Scientists Discover New Planets

This latest discovery marks a milestone that takes scientists one step closer to finding a planet like our own.

NASA’s Kepler mission has found the first Earth-size planets orbiting a sun-like star outside our solar system. However they’re too hot to support liquid water — or life.

Two weeks ago, Kepler found a planet that was the perfect temperature. But this planet, Kepler-22b, is too big to have a rocky surface.

The new discoveries, Kepler-20e and Kepler-20f, are the right size. But they’re close to their star, making them fiery hot worlds.Kepler-20e and 20f are rocky places, made of silica and iron — Earthlike, but without an atmosphere.

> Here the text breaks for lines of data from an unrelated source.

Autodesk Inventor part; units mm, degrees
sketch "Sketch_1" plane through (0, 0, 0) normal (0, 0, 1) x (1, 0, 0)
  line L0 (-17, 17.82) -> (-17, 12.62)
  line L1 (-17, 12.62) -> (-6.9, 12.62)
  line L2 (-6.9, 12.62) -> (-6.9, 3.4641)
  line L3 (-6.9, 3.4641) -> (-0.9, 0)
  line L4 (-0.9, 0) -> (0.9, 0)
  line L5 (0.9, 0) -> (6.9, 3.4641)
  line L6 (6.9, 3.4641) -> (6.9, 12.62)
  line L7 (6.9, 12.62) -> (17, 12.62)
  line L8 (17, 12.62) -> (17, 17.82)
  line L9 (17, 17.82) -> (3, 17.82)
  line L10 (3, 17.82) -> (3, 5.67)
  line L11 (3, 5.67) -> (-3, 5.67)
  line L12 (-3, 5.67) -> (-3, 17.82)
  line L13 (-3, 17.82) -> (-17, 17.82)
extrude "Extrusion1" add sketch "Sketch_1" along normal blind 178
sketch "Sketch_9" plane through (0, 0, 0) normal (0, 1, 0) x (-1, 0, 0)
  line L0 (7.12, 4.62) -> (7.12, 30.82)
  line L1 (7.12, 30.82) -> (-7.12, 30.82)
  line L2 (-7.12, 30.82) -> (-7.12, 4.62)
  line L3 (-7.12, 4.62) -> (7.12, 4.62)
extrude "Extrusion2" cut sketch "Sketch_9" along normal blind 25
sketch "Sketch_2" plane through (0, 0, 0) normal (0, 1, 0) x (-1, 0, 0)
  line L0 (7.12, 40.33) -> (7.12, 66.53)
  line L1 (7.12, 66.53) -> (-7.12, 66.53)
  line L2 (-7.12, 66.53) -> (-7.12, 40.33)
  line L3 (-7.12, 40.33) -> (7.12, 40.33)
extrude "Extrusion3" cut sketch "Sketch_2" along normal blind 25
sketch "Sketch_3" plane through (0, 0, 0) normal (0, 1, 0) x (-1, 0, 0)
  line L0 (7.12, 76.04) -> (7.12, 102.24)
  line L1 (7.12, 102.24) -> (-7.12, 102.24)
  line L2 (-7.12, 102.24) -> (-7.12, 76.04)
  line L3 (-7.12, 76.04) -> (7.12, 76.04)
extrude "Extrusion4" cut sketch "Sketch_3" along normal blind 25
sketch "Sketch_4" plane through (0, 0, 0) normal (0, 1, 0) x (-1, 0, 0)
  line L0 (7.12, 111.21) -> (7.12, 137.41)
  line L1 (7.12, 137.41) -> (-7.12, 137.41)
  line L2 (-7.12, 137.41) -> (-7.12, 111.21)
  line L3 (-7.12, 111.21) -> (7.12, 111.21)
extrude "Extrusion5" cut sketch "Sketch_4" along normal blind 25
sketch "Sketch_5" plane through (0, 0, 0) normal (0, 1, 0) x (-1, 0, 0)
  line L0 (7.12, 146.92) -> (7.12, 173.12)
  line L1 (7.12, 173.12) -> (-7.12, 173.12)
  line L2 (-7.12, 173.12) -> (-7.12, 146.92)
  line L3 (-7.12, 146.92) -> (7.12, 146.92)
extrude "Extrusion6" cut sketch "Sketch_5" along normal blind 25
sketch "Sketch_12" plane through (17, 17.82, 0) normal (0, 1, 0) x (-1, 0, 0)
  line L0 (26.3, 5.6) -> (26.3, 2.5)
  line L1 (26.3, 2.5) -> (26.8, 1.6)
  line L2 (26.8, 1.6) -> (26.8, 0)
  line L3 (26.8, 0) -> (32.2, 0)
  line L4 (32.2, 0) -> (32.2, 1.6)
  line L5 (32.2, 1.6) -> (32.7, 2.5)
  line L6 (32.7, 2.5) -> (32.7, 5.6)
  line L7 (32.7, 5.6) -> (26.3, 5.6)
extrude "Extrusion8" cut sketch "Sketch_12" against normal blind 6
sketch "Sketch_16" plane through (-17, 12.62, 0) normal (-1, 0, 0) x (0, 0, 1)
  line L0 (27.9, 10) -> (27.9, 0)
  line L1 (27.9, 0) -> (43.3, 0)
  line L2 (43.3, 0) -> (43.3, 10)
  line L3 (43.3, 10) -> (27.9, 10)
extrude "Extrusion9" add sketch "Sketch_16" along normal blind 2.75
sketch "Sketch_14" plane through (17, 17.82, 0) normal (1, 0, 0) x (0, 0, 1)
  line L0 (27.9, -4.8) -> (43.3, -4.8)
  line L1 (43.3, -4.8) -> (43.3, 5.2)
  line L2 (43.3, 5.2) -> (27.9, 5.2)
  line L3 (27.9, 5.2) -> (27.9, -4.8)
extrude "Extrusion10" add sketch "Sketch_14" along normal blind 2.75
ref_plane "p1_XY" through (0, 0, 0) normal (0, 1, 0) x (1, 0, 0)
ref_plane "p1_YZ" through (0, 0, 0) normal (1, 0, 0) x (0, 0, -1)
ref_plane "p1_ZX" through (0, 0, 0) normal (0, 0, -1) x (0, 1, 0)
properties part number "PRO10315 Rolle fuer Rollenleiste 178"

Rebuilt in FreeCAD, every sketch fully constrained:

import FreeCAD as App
import Part
import Sketcher
from FreeCAD import Vector
Q = App.Units.Quantity

doc = App.newDocument("Part")
body = doc.addObject("PartDesign::Body", "Body")

# Sketch on XY plane
sketch1 = doc.addObject("Sketcher::SketchObject", "Sketch")
body.addObject(sketch1)
sketch1.AttachmentSupport = (doc.XY_Plane, [""])
sketch1.MapMode = "FlatFace"
sketch1.addGeometry([
    Part.LineSegment(Vector(-3, 17.8, 0), Vector(-17, 17.8, 0)),  # 0
    Part.LineSegment(Vector(-17, 17.8, 0), Vector(-17, 12.6, 0)),  # 1
    Part.LineSegment(Vector(-17, 12.6, 0), Vector(-6.9, 12.6, 0)),  # 2
    Part.LineSegment(Vector(-6.9, 12.6, 0), Vector(-6.9, 3.5, 0)),  # 3
    Part.LineSegment(Vector(-6.9, 3.5, 0), Vector(-0.9, 0, 0)),  # 4
    Part.LineSegment(Vector(-0.9, 0, 0), Vector(0.9, 0, 0)),  # 5
    Part.LineSegment(Vector(0.9, 0, 0), Vector(6.9, 3.5, 0)),  # 6
    Part.LineSegment(Vector(6.9, 3.5, 0), Vector(6.9, 12.6, 0)),  # 7
    Part.LineSegment(Vector(6.9, 12.6, 0), Vector(17, 12.6, 0)),  # 8
    Part.LineSegment(Vector(17, 12.6, 0), Vector(17, 17.8, 0)),  # 9
    Part.LineSegment(Vector(17, 17.8, 0), Vector(3, 17.8, 0)),  # 10
    Part.LineSegment(Vector(3, 17.8, 0), Vector(3, 5.7, 0)),  # 11
    Part.LineSegment(Vector(3, 5.7, 0), Vector(-3, 5.7, 0)),  # 12
    Part.LineSegment(Vector(-3, 5.7, 0), Vector(-3, 17.8, 0)),  # 13
], False)
sketch1.addConstraint([
    Sketcher.Constraint("Coincident", 0, 2, 1, 1),
    Sketcher.Constraint("Coincident", 1, 2, 2, 1),
    Sketcher.Constraint("Coincident", 2, 2, 3, 1),
    Sketcher.Constraint("Coincident", 3, 2, 4, 1),
    Sketcher.Constraint("Coincident", 4, 2, 5, 1),
    Sketcher.Constraint("Coincident", 5, 2, 6, 1),
    Sketcher.Constraint("Coincident", 6, 2, 7, 1),
    Sketcher.Constraint("Coincident", 7, 2, 8, 1),
    Sketcher.Constraint("Coincident", 8, 2, 9, 1),
    Sketcher.Constraint("Coincident", 9, 2, 10, 1),
    Sketcher.Constraint("Coincident", 10, 2, 11, 1),
    Sketcher.Constraint("Coincident", 11, 2, 12, 1),
    Sketcher.Constraint("Coincident", 12, 2, 13, 1),
    Sketcher.Constraint("Coincident", 13, 2, 0, 1),
    Sketcher.Constraint("Horizontal", 0),
    Sketcher.Constraint("Vertical", 1),
    Sketcher.Constraint("Horizontal", 2),
    Sketcher.Constraint("Vertical", 3),
    Sketcher.Constraint("Horizontal", 5),
    Sketcher.Constraint("Vertical", 7),
    Sketcher.Constraint("Horizontal", 8),
    Sketcher.Constraint("Vertical", 9),
    Sketcher.Constraint("Horizontal", 10),
    Sketcher.Constraint("Vertical", 11),
    Sketcher.Constraint("Horizontal", 12),
    Sketcher.Constraint("Vertical", 13),
    Sketcher.Constraint("Symmetric", 4, 2, 5, 2, -1, 1),
    Sketcher.Constraint("Symmetric", 3, 2, 6, 2, -2),
    Sketcher.Constraint("Symmetric", 1, 2, 8, 2, -2),
    Sketcher.Constraint("Symmetric", 10, 2, 13, 2, -2),
    Sketcher.Constraint("DistanceX", 0, 2, 0, 1, Q("14 mm")),
    Sketcher.Constraint("DistanceX", 12, 2, 12, 1, Q("6 mm")),
    Sketcher.Constraint("Angle", 4, Q("-30 deg")),
    Sketcher.Constraint("DistanceX", 2, 1, 2, 2, Q("10.1 mm")),
    Sketcher.Constraint("DistanceX", 5, 1, 5, 2, Q("1.8 mm")),
    Sketcher.Constraint("DistanceY", 1, 2, 1, 1, Q("5.2 mm")),
    Sketcher.Constraint("DistanceY", 11, 2, 11, 1, Q("12.15 mm")),
    Sketcher.Constraint("DistanceY", 3, 2, 3, 1, Q("9.156 mm")),
])
pad1 = doc.addObject("PartDesign::Pad", "Pad")
body.addObject(pad1)
pad1.Profile = sketch1
pad1.Length = 178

The new planets reside within a curious five-planet solar system. It’s unlike our solar system, where small, rocky worlds circle close to the sun and large, gaseous worlds are farther away.Instead, the planets that circle star Kepler-20 are organized in alternating sizes: large, small, large, small and large.

The surface temperature of Kepler-20e, which orbits its sun every 6 days, is more than 1,400 degrees Fahrenheit — hot enough to melt glass. Kepler-20f orbits every 19.6 days and is 800 degrees — as hot as Mercury.

Researchers can’t rule out the possibility that the planets had liquid water after their creation, when they might have been farther from the sun. Perhaps there was a window of time — several billion years long — when they were habitable.